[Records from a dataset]
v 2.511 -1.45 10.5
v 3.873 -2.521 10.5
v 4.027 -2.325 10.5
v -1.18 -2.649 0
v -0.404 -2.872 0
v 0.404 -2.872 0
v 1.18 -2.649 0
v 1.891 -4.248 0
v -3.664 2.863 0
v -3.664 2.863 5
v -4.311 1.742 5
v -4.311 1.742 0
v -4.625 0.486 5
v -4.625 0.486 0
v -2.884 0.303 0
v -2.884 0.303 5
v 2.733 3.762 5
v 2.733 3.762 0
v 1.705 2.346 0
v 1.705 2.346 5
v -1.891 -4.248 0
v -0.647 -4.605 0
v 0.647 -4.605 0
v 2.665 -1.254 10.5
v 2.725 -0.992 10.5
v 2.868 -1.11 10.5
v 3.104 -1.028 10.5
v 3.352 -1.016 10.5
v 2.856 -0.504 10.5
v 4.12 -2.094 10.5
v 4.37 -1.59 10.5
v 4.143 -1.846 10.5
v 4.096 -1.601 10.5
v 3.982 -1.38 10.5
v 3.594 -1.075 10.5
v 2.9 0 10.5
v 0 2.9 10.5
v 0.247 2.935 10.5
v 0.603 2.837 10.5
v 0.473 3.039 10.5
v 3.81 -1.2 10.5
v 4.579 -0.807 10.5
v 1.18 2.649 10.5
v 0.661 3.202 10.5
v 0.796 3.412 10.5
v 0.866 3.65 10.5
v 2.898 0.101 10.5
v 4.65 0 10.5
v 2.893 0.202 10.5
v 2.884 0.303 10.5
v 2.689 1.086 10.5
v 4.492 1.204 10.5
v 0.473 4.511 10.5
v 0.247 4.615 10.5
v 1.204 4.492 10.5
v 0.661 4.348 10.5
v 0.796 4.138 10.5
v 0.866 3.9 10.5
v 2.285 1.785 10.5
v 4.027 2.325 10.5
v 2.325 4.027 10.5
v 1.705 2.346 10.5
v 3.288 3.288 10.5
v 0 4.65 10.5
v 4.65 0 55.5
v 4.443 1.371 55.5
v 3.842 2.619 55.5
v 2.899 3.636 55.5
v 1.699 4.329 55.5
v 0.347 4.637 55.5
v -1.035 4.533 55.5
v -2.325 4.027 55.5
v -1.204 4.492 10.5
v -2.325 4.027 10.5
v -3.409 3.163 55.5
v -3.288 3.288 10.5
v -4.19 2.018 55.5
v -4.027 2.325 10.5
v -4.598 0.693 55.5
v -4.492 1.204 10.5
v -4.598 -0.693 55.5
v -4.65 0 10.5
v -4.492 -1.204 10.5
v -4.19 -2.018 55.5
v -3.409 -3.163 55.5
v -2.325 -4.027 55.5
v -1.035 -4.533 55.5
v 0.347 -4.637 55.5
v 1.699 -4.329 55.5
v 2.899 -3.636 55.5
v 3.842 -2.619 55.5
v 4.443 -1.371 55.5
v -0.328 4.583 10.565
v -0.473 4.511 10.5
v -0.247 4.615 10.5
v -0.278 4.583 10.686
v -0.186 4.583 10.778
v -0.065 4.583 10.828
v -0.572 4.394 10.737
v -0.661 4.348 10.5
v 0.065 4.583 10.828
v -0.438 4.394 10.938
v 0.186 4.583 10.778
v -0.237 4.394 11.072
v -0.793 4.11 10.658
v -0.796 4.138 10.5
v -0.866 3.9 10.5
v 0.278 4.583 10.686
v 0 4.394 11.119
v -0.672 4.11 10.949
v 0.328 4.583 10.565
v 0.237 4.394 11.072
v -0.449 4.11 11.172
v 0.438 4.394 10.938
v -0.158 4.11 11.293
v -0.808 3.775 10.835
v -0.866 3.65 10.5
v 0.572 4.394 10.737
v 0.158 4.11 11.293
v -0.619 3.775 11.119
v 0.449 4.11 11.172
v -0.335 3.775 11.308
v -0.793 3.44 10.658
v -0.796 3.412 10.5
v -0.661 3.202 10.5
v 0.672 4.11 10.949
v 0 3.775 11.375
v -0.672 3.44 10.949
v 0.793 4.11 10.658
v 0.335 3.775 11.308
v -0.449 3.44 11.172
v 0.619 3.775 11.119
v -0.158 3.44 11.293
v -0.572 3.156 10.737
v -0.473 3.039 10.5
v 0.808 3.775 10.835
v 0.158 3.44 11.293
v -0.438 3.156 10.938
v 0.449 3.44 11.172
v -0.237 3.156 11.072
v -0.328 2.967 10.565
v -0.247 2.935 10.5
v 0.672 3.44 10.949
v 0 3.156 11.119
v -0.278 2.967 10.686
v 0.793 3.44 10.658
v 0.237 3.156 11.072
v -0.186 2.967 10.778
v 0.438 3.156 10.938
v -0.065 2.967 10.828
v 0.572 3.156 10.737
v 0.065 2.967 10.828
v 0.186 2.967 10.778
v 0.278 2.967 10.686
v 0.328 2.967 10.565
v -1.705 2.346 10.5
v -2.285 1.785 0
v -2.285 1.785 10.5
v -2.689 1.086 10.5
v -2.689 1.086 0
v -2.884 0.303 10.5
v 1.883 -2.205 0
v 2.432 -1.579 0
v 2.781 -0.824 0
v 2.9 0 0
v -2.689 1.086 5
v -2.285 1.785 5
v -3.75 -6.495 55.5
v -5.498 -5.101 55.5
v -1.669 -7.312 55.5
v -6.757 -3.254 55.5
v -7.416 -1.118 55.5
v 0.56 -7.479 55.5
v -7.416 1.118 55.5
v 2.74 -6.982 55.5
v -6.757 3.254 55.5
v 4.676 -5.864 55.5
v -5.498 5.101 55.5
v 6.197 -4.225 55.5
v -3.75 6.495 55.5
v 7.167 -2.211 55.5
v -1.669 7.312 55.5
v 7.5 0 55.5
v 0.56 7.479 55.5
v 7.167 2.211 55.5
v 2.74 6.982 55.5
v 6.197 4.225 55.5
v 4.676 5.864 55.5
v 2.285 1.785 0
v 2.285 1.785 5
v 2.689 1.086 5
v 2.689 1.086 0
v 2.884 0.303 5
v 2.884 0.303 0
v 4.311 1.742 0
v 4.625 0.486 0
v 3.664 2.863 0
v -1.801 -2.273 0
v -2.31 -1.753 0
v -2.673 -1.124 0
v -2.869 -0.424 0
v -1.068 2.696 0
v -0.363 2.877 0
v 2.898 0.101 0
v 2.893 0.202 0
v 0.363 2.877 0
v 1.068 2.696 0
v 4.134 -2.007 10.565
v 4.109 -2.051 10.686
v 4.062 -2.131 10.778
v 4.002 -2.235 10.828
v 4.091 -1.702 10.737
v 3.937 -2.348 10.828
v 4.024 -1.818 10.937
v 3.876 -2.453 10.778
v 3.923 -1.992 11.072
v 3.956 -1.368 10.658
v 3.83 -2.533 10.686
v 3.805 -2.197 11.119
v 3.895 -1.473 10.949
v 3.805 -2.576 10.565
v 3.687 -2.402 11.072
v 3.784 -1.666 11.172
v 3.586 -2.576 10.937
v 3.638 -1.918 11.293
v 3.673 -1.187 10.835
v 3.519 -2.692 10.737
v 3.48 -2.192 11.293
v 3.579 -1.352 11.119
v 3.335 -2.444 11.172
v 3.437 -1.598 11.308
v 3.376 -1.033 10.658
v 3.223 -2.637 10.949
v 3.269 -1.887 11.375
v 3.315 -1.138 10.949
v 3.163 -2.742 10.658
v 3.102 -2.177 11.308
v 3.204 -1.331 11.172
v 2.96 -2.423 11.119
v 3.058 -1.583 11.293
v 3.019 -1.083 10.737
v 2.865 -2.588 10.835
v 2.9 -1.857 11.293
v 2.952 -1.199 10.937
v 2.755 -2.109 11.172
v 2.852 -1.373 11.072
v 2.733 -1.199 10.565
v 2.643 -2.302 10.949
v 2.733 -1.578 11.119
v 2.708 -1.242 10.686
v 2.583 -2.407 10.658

Exercise brief »
Give back all of the entries above, unchanged in every word.

Exercise response »
v 2.511 -1.45 10.5
v 3.873 -2.521 10.5
v 4.027 -2.325 10.5
v -1.18 -2.649 0
v -0.404 -2.872 0
v 0.404 -2.872 0
v 1.18 -2.649 0
v 1.891 -4.248 0
v -3.664 2.863 0
v -3.664 2.863 5
v -4.311 1.742 5
v -4.311 1.742 0
v -4.625 0.486 5
v -4.625 0.486 0
v -2.884 0.303 0
v -2.884 0.303 5
v 2.733 3.762 5
v 2.733 3.762 0
v 1.705 2.346 0
v 1.705 2.346 5
v -1.891 -4.248 0
v -0.647 -4.605 0
v 0.647 -4.605 0
v 2.665 -1.254 10.5
v 2.725 -0.992 10.5
v 2.868 -1.11 10.5
v 3.104 -1.028 10.5
v 3.352 -1.016 10.5
v 2.856 -0.504 10.5
v 4.12 -2.094 10.5
v 4.37 -1.59 10.5
v 4.143 -1.846 10.5
v 4.096 -1.601 10.5
v 3.982 -1.38 10.5
v 3.594 -1.075 10.5
v 2.9 0 10.5
v 0 2.9 10.5
v 0.247 2.935 10.5
v 0.603 2.837 10.5
v 0.473 3.039 10.5
v 3.81 -1.2 10.5
v 4.579 -0.807 10.5
v 1.18 2.649 10.5
v 0.661 3.202 10.5
v 0.796 3.412 10.5
v 0.866 3.65 10.5
v 2.898 0.101 10.5
v 4.65 0 10.5
v 2.893 0.202 10.5
v 2.884 0.303 10.5
v 2.689 1.086 10.5
v 4.492 1.204 10.5
v 0.473 4.511 10.5
v 0.247 4.615 10.5
v 1.204 4.492 10.5
v 0.661 4.348 10.5
v 0.796 4.138 10.5
v 0.866 3.9 10.5
v 2.285 1.785 10.5
v 4.027 2.325 10.5
v 2.325 4.027 10.5
v 1.705 2.346 10.5
v 3.288 3.288 10.5
v 0 4.65 10.5
v 4.65 0 55.5
v 4.443 1.371 55.5
v 3.842 2.619 55.5
v 2.899 3.636 55.5
v 1.699 4.329 55.5
v 0.347 4.637 55.5
v -1.035 4.533 55.5
v -2.325 4.027 55.5
v -1.204 4.492 10.5
v -2.325 4.027 10.5
v -3.409 3.163 55.5
v -3.288 3.288 10.5
v -4.19 2.018 55.5
v -4.027 2.325 10.5
v -4.598 0.693 55.5
v -4.492 1.204 10.5
v -4.598 -0.693 55.5
v -4.65 0 10.5
v -4.492 -1.204 10.5
v -4.19 -2.018 55.5
v -3.409 -3.163 55.5
v -2.325 -4.027 55.5
v -1.035 -4.533 55.5
v 0.347 -4.637 55.5
v 1.699 -4.329 55.5
v 2.899 -3.636 55.5
v 3.842 -2.619 55.5
v 4.443 -1.371 55.5
v -0.328 4.583 10.565
v -0.473 4.511 10.5
v -0.247 4.615 10.5
v -0.278 4.583 10.686
v -0.186 4.583 10.778
v -0.065 4.583 10.828
v -0.572 4.394 10.737
v -0.661 4.348 10.5
v 0.065 4.583 10.828
v -0.438 4.394 10.938
v 0.186 4.583 10.778
v -0.237 4.394 11.072
v -0.793 4.11 10.658
v -0.796 4.138 10.5
v -0.866 3.9 10.5
v 0.278 4.583 10.686
v 0 4.394 11.119
v -0.672 4.11 10.949
v 0.328 4.583 10.565
v 0.237 4.394 11.072
v -0.449 4.11 11.172
v 0.438 4.394 10.938
v -0.158 4.11 11.293
v -0.808 3.775 10.835
v -0.866 3.65 10.5
v 0.572 4.394 10.737
v 0.158 4.11 11.293
v -0.619 3.775 11.119
v 0.449 4.11 11.172
v -0.335 3.775 11.308
v -0.793 3.44 10.658
v -0.796 3.412 10.5
v -0.661 3.202 10.5
v 0.672 4.11 10.949
v 0 3.775 11.375
v -0.672 3.44 10.949
v 0.793 4.11 10.658
v 0.335 3.775 11.308
v -0.449 3.44 11.172
v 0.619 3.775 11.119
v -0.158 3.44 11.293
v -0.572 3.156 10.737
v -0.473 3.039 10.5
v 0.808 3.775 10.835
v 0.158 3.44 11.293
v -0.438 3.156 10.938
v 0.449 3.44 11.172
v -0.237 3.156 11.072
v -0.328 2.967 10.565
v -0.247 2.935 10.5
v 0.672 3.44 10.949
v 0 3.156 11.119
v -0.278 2.967 10.686
v 0.793 3.44 10.658
v 0.237 3.156 11.072
v -0.186 2.967 10.778
v 0.438 3.156 10.938
v -0.065 2.967 10.828
v 0.572 3.156 10.737
v 0.065 2.967 10.828
v 0.186 2.967 10.778
v 0.278 2.967 10.686
v 0.328 2.967 10.565
v -1.705 2.346 10.5
v -2.285 1.785 0
v -2.285 1.785 10.5
v -2.689 1.086 10.5
v -2.689 1.086 0
v -2.884 0.303 10.5
v 1.883 -2.205 0
v 2.432 -1.579 0
v 2.781 -0.824 0
v 2.9 0 0
v -2.689 1.086 5
v -2.285 1.785 5
v -3.75 -6.495 55.5
v -5.498 -5.101 55.5
v -1.669 -7.312 55.5
v -6.757 -3.254 55.5
v -7.416 -1.118 55.5
v 0.56 -7.479 55.5
v -7.416 1.118 55.5
v 2.74 -6.982 55.5
v -6.757 3.254 55.5
v 4.676 -5.864 55.5
v -5.498 5.101 55.5
v 6.197 -4.225 55.5
v -3.75 6.495 55.5
v 7.167 -2.211 55.5
v -1.669 7.312 55.5
v 7.5 0 55.5
v 0.56 7.479 55.5
v 7.167 2.211 55.5
v 2.74 6.982 55.5
v 6.197 4.225 55.5
v 4.676 5.864 55.5
v 2.285 1.785 0
v 2.285 1.785 5
v 2.689 1.086 5
v 2.689 1.086 0
v 2.884 0.303 5
v 2.884 0.303 0
v 4.311 1.742 0
v 4.625 0.486 0
v 3.664 2.863 0
v -1.801 -2.273 0
v -2.31 -1.753 0
v -2.673 -1.124 0
v -2.869 -0.424 0
v -1.068 2.696 0
v -0.363 2.877 0
v 2.898 0.101 0
v 2.893 0.202 0
v 0.363 2.877 0
v 1.068 2.696 0
v 4.134 -2.007 10.565
v 4.109 -2.051 10.686
v 4.062 -2.131 10.778
v 4.002 -2.235 10.828
v 4.091 -1.702 10.737
v 3.937 -2.348 10.828
v 4.024 -1.818 10.937
v 3.876 -2.453 10.778
v 3.923 -1.992 11.072
v 3.956 -1.368 10.658
v 3.83 -2.533 10.686
v 3.805 -2.197 11.119
v 3.895 -1.473 10.949
v 3.805 -2.576 10.565
v 3.687 -2.402 11.072
v 3.784 -1.666 11.172
v 3.586 -2.576 10.937
v 3.638 -1.918 11.293
v 3.673 -1.187 10.835
v 3.519 -2.692 10.737
v 3.48 -2.192 11.293
v 3.579 -1.352 11.119
v 3.335 -2.444 11.172
v 3.437 -1.598 11.308
v 3.376 -1.033 10.658
v 3.223 -2.637 10.949
v 3.269 -1.887 11.375
v 3.315 -1.138 10.949
v 3.163 -2.742 10.658
v 3.102 -2.177 11.308
v 3.204 -1.331 11.172
v 2.96 -2.423 11.119
v 3.058 -1.583 11.293
v 3.019 -1.083 10.737
v 2.865 -2.588 10.835
v 2.9 -1.857 11.293
v 2.952 -1.199 10.937
v 2.755 -2.109 11.172
v 2.852 -1.373 11.072
v 2.733 -1.199 10.565
v 2.643 -2.302 10.949
v 2.733 -1.578 11.119
v 2.708 -1.242 10.686
v 2.583 -2.407 10.658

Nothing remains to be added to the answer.